Two other reports^{32}^{,}^{33} also compared artificial neural networks with logistic regression for creating predictive diabetes models. In the first, models created using artificial neural networks on data from 8,640 rural Chinese adults (760 of them with diabetes) produced better results (AUC = 89.1% ± 1.5%) than models created using logistic regression (AUC = 74.4% ± 2.1%). In the second, a radial basis function artificial neural network that was applied to data from 200 people (100 cases with diabetes and 100 with pre-diabetes) at 17 rural healthcare centers in the municipality of Kermanshah, Iran, showed better results than logistic regression and discriminant analysis, for identifying those with diabetes. Another study^{34} comparing diabetes models created using data from 2,955 women and 2,915 men in the Korean Health and Genome Epidemiology Study (KHGES) showed similar results from logistic regression and naïve Bayes, although naïve Bayes showed better results with unbalanced datasets. Finally, another study^{35} used data from 6,647 participants (with 729 positive cases) in the Tehran Lipid and Glucose Study (TLGS) and created models with decision trees reaching 31.1% sensitivity and 97.9% specificity (balanced accuracy was around 64.5%),^{36} for detecting increased blood glucose levels.

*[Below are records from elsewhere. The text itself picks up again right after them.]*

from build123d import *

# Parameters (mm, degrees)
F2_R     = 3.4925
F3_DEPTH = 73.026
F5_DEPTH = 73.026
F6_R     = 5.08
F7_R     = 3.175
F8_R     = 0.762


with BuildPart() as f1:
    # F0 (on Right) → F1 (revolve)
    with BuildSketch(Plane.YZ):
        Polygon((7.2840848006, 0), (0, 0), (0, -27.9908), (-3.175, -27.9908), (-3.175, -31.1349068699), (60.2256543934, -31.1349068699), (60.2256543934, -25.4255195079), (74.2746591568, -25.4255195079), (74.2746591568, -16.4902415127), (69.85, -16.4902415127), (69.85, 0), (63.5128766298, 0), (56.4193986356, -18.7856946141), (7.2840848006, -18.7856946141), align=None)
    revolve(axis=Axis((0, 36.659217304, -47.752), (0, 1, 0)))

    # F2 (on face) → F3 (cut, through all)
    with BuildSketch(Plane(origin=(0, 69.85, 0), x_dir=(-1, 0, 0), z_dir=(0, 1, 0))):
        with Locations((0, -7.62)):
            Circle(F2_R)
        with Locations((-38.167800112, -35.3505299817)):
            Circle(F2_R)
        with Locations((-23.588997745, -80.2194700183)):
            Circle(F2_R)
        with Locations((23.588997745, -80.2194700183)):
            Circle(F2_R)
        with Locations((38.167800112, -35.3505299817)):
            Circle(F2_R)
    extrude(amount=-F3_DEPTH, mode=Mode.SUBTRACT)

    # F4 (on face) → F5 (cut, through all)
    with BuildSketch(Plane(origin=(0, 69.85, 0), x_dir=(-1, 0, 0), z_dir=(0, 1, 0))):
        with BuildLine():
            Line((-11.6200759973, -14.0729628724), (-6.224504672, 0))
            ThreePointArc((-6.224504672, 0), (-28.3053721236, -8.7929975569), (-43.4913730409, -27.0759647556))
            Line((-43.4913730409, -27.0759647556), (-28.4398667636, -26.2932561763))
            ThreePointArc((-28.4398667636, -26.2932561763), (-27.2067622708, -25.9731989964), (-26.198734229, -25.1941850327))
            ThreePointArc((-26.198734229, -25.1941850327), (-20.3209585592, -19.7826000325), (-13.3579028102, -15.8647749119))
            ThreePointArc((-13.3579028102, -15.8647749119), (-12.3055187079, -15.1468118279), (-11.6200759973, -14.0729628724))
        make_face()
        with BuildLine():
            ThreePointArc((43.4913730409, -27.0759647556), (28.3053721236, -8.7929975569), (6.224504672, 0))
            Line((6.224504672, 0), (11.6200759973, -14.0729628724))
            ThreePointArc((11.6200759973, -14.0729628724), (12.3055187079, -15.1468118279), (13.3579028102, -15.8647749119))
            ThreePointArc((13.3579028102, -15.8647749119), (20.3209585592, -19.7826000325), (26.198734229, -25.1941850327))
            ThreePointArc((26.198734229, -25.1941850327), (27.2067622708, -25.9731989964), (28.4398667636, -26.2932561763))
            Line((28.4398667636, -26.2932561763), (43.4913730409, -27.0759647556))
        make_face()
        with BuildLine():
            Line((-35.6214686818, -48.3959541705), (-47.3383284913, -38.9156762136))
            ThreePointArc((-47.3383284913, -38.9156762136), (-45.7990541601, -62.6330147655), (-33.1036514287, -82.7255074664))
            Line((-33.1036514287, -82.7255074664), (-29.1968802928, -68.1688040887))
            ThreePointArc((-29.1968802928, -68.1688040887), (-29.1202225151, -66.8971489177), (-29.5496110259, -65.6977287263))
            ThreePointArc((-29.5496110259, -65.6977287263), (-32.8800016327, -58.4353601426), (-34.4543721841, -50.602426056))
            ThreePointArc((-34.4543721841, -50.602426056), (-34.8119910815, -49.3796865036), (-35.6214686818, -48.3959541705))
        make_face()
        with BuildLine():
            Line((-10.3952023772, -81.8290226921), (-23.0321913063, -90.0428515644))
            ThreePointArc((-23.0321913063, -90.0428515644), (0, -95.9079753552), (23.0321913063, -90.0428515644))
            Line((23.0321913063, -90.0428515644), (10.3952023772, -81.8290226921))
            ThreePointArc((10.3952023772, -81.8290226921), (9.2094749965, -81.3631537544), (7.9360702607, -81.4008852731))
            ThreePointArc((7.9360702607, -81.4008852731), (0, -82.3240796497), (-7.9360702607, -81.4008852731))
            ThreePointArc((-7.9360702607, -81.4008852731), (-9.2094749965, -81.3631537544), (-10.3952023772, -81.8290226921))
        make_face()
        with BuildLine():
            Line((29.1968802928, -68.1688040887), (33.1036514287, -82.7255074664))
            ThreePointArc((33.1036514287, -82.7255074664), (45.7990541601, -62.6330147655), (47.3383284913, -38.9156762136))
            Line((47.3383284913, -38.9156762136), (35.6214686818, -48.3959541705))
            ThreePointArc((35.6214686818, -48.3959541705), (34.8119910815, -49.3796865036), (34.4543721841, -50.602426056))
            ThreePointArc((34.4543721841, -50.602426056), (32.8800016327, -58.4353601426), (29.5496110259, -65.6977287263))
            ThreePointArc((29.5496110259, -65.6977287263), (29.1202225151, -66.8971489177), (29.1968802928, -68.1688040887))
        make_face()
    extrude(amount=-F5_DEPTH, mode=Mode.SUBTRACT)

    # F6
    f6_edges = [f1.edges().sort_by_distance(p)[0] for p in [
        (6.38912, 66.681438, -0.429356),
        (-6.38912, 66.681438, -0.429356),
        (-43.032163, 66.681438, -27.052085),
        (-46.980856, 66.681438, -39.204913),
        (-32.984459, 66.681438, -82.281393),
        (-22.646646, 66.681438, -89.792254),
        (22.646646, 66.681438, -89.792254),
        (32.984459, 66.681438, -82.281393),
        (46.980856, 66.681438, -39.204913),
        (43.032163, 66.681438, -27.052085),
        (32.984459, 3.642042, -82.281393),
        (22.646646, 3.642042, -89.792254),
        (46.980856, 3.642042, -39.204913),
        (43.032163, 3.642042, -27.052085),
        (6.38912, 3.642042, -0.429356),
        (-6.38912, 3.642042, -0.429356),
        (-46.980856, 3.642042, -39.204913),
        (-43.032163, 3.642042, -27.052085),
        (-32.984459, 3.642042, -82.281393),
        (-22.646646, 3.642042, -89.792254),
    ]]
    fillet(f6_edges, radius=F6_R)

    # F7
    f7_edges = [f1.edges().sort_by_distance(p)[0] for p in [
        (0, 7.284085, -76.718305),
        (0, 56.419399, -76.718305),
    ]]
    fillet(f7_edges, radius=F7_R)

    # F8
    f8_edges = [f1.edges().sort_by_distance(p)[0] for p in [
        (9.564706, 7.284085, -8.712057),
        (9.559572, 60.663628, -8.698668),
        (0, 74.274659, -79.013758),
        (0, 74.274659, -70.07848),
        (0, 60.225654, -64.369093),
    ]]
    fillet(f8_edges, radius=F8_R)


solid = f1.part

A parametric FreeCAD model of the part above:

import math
import FreeCAD as App
import Part
import Sketcher

V = App.Vector
Q = App.Units.Quantity


def edges_at(feature, points):
    """Names of the edges that pass closest to the given points."""
    edges = feature.Shape.Edges
    near = lambda p: min(range(len(edges)), key=lambda i: edges[i].distToShape(Part.Vertex(*p))[0])
    return sorted({f"Edge{near(p) + 1}" for p in points})

doc = App.newDocument("Part")
body = doc.addObject("PartDesign::Body", "Body")

# Sketch on YZ plane
sketch1 = body.newObject("Sketcher::SketchObject", "Sketch")
sketch1.AttachmentSupport = (doc.getObject("YZ_Plane"), [""])
sketch1.MapMode = "FlatFace"
sketch1.addGeometry([
    Part.LineSegment(V(7.3, 0, 0), V(0, 0, 0)),  # 0
    Part.LineSegment(V(0, 0, 0), V(0, -28, 0)),  # 1
    Part.LineSegment(V(0, -28, 0), V(-3.2, -28, 0)),  # 2
    Part.LineSegment(V(-3.2, -28, 0), V(-3.2, -31.1, 0)),  # 3
    Part.LineSegment(V(-3.2, -31.1, 0), V(60.2, -31.1, 0)),  # 4
    Part.LineSegment(V(60.2, -31.1, 0), V(60.2, -25.4, 0)),  # 5
    Part.LineSegment(V(60.2, -25.4, 0), V(74.3, -25.4, 0)),  # 6
    Part.LineSegment(V(74.3, -25.4, 0), V(74.3, -16.5, 0)),  # 7
    Part.LineSegment(V(74.3, -16.5, 0), V(69.8, -16.5, 0)),  # 8
    Part.LineSegment(V(69.8, -16.5, 0), V(69.8, 0, 0)),  # 9
    Part.LineSegment(V(69.8, 0, 0), V(63.5, 0, 0)),  # 10
    Part.LineSegment(V(63.5, 0, 0), V(56.4, -18.8, 0)),  # 11
    Part.LineSegment(V(56.4, -18.8, 0), V(7.3, -18.8, 0)),  # 12
    Part.LineSegment(V(7.3, -18.8, 0), V(7.3, 0, 0)),  # 13
], False)
sketch1.addGeometry(Part.LineSegment(V(-3.2, -47.8, 0), V(74.3, -47.8, 0)), True)  # axis
sketch1.addConstraint([
    Sketcher.Constraint("Coincident", 0, 2, 1, 1),
    Sketcher.Constraint("Coincident", 1, 2, 2, 1),
    Sketcher.Constraint("Coincident", 2, 2, 3, 1),
    Sketcher.Constraint("Coincident", 3, 2, 4, 1),
    Sketcher.Constraint("Coincident", 4, 2, 5, 1),
    Sketcher.Constraint("Coincident", 5, 2, 6, 1),
    Sketcher.Constraint("Coincident", 6, 2, 7, 1),
    Sketcher.Constraint("Coincident", 7, 2, 8, 1),
    Sketcher.Constraint("Coincident", 8, 2, 9, 1),
    Sketcher.Constraint("Coincident", 9, 2, 10, 1),
    Sketcher.Constraint("Coincident", 10, 2, 11, 1),
    Sketcher.Constraint("Coincident", 11, 2, 12, 1),
    Sketcher.Constraint("Coincident", 12, 2, 13, 1),
    Sketcher.Constraint("Coincident", 13, 2, 0, 1),
    Sketcher.Constraint("Horizontal", 0),
    Sketcher.Constraint("Vertical", 1),
    Sketcher.Constraint("Horizontal", 2),
    Sketcher.Constraint("Vertical", 3),
    Sketcher.Constraint("Horizontal", 4),
    Sketcher.Constraint("Vertical", 5),
    Sketcher.Constraint("Horizontal", 6),
    Sketcher.Constraint("Vertical", 7),
    Sketcher.Constraint("Horizontal", 8),
    Sketcher.Constraint("Vertical", 9),
    Sketcher.Constraint("Horizontal", 10),
    Sketcher.Constraint("Horizontal", 12),
    Sketcher.Constraint("Vertical", 13),
    Sketcher.Constraint("Horizontal", 14),
    Sketcher.Constraint("Coincident", 0, 2, -1, 1),
    Sketcher.Constraint("PointOnObject", 9, 2, -1),
    Sketcher.Constraint("Vertical", 3, 2, 14, 1),
    Sketcher.Constraint("Vertical", 7, 2, 14, 2),
    Sketcher.Constraint("DistanceX", 2, 2, 2, 1, Q("0.125 in")),
    Sketcher.Constraint("DistanceY", 1, 2, 1, 1, Q("1.102 in")),
    Sketcher.Constraint("DistanceX", -1, 1, 8, 2, Q("2.75 in")),
    Sketcher.Constraint("DistanceY", 14, 1, -1, 1, Q("1.88 in")),
    Sketcher.Constraint("DistanceX", 8, 2, 8, 1, 4.424659),
    Sketcher.Constraint("DistanceY", 9, 1, 9, 2, 16.490242),
    Sketcher.Constraint("DistanceX", -1, 1, 11, 2, 56.419399),
    Sketcher.Constraint("DistanceX", 0, 2, 0, 1, 7.284085),
    Sketcher.Constraint("DistanceX", 4, 1, 4, 2, 63.400654),
    Sketcher.Constraint("DistanceX", 10, 2, 10, 1, 6.337123),
    Sketcher.Constraint("DistanceY", 3, 2, 3, 1, 3.144107),
    Sketcher.Constraint("DistanceY", 5, 1, 5, 2, 5.709387),
    Sketcher.Constraint("DistanceY", 13, 1, 13, 2, 18.785695),
])
revolution = body.newObject("PartDesign::Revolution", "Revolution")
revolution.Profile = sketch1
revolution.ReferenceAxis = (sketch1, ["Axis0"])
revolution.Angle = 360

# Sketch on XZ plane
sketch2 = body.newObject("Sketcher::SketchObject", "Sketch001")
sketch2.AttachmentSupport = (doc.getObject("XZ_Plane"), [""])
sketch2.MapMode = "FlatFace"
sketch2.AttachmentOffset = App.Placement(V(0, 0, -2.75 * 25.4), App.Rotation())
sketch2.addGeometry([
    Part.Circle(V(0, -7.6, 0), V(0, 0, 1), 3.5),  # 0
    Part.Circle(V(38.2, -35.4, 0), V(0, 0, 1), 3.5),  # 1
    Part.Circle(V(23.6, -80.2, 0), V(0, 0, 1), 3.5),  # 2
    Part.Circle(V(-23.6, -80.2, 0), V(0, 0, 1), 3.5),  # 3
    Part.Circle(V(-38.2, -35.4, 0), V(0, 0, 1), 3.5),  # 4
], False)
sketch2.addConstraint([
    Sketcher.Constraint("Equal", 0, 1),
    Sketcher.Constraint("Equal", 1, 2),
    Sketcher.Constraint("Equal", 2, 3),
    Sketcher.Constraint("Equal", 3, 4),
    Sketcher.Constraint("Symmetric", 2, 3, 3, 3, -2),
    Sketcher.Constraint("Symmetric", 1, 3, 4, 3, -2),
    Sketcher.Constraint("PointOnObject", 0, 3, -2),
    Sketcher.Constraint("Diameter", 0, Q("0.275 in")),
    Sketcher.Constraint("DistanceY", 0, 3, -1, 1, Q("0.3 in")),
    Sketcher.Constraint("DistanceX", -1, 1, 1, 3, 38.1678),
    Sketcher.Constraint("DistanceY", 1, 3, -1, 1, 35.35053),
    Sketcher.Constraint("DistanceY", 2, 3, -1, 1, 80.21947),
    Sketcher.Constraint("DistanceX", -1, 1, 2, 3, 23.588998),
])
pocket1 = body.newObject("PartDesign::Pocket", "Pocket")
pocket1.Profile = sketch2
pocket1.Type = "ThroughAll"
pocket1.Reversed = True

# Sketch on XZ plane
sketch3 = body.newObject("Sketcher::SketchObject", "Sketch002")
sketch3.AttachmentSupport = (doc.getObject("XZ_Plane"), [""])
sketch3.MapMode = "FlatFace"
sketch3.AttachmentOffset = App.Placement(V(0, 0, -2.75 * 25.4), App.Rotation())
sketch3.addGeometry([
    Part.LineSegment(V(11.6, -14.1, 0), V(6.2, 0, 0)),  # 0
    Part.ArcOfCircle(Part.Circle(V(0, -47.8, 0), V(0, 0, 1), 48.2), math.radians(25), math.radians(83)),  # 1
    Part.LineSegment(V(43.5, -27.1, 0), V(28.4, -26.3, 0)),  # 2
    Part.ArcOfCircle(Part.Circle(V(28.6, -23.1, 0), V(0, 0, 1), 3.2), math.radians(-139), math.radians(-93)),  # 3
    Part.ArcOfCircle(Part.Circle(V(0, -47.8, 0), V(0, 0, 1), 34.6), math.radians(41), math.radians(67)),  # 4
    Part.ArcOfCircle(Part.Circle(V(14.6, -12.9, 0), V(0, 0, 1), 3.2), math.radians(-159), math.radians(-113)),  # 5
    Part.ArcOfCircle(Part.Circle(V(0, -47.8, 0), V(0, 0, 1), 48.2), math.radians(97), math.radians(155)),  # 6
    Part.LineSegment(V(-6.2, 0, 0), V(-11.6, -14.1, 0)),  # 7
    Part.ArcOfCircle(Part.Circle(V(-14.6, -12.9, 0), V(0, 0, 1), 3.2), math.radians(-67), math.radians(-21)),  # 8
    Part.ArcOfCircle(Part.Circle(V(0, -47.8, 0), V(0, 0, 1), 34.6), math.radians(113), math.radians(139)),  # 9
    Part.ArcOfCircle(Part.Circle(V(-28.6, -23.1, 0), V(0, 0, 1), 3.2), math.radians(-87), math.radians(-41)),  # 10
    Part.LineSegment(V(-28.4, -26.3, 0), V(-43.5, -27.1, 0)),  # 11
    Part.LineSegment(V(35.6, -48.4, 0), V(47.3, -38.9, 0)),  # 12
    Part.ArcOfCircle(Part.Circle(V(0, -47.8, 0), V(0, 0, 1), 48.2), math.radians(-47), math.radians(11)),  # 13
    Part.LineSegment(V(33.1, -82.7, 0), V(29.2, -68.2, 0)),  # 14
    Part.ArcOfCircle(Part.Circle(V(32.3, -67.3, 0), V(0, 0, 1), 3.2), math.radians(149), math.radians(195)),  # 15
    Part.ArcOfCircle(Part.Circle(V(0, -47.8, 0), V(0, 0, 1), 34.6), math.radians(-31), math.radians(-5)),  # 16
    Part.ArcOfCircle(Part.Circle(V(37.6, -50.9, 0), V(0, 0, 1), 3.2), math.radians(129), math.radians(175)),  # 17
    Part.LineSegment(V(10.4, -81.8, 0), V(23, -90, 0)),  # 18
    Part.ArcOfCircle(Part.Circle(V(0, -47.8, 0), V(0, 0, 1), 48.2), math.radians(-119), math.radians(-61)),  # 19
    Part.LineSegment(V(-23, -90, 0), V(-10.4, -81.8, 0)),  # 20
    Part.ArcOfCircle(Part.Circle(V(-8.7, -84.5, 0), V(0, 0, 1), 3.2), math.radians(77), math.radians(123)),  # 21
    Part.ArcOfCircle(Part.Circle(V(0, -47.8, 0), V(0, 0, 1), 34.6), math.radians(-103), math.radians(-77)),  # 22
    Part.ArcOfCircle(Part.Circle(V(8.7, -84.5, 0), V(0, 0, 1), 3.2), math.radians(57), math.radians(103)),  # 23
    Part.LineSegment(V(-29.2, -68.2, 0), V(-33.1, -82.7, 0)),  # 24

In summary, use of machine-learning techniques may prove to be a viable alternative for building predictive diabetes models, often with good results, but rarely with notably superior results, compared with the conventional statistical technique of logistic regression.

CONCLUSION

Comparison between different techniques showed that all of them produced quite similar results from the same dataset used, thus demonstrating the feasibility of detecting undiagnosed diabetes through easily-obtained clinical data. The predictive algorithm for identifying individuals at high risk of having undiagnosed diabetes - based only on self-reported information from participants in ELSA-Brasil, from which the highest AUC (0.74) was obtained when tested on a part of the sample that had not been used for its derivation - was a logistic regression equation. However, the machine-learning techniques of artificial neural network, naïve Bayes, k-nearest neighbor and random forest all produced AUCs that were similar or slightly smaller.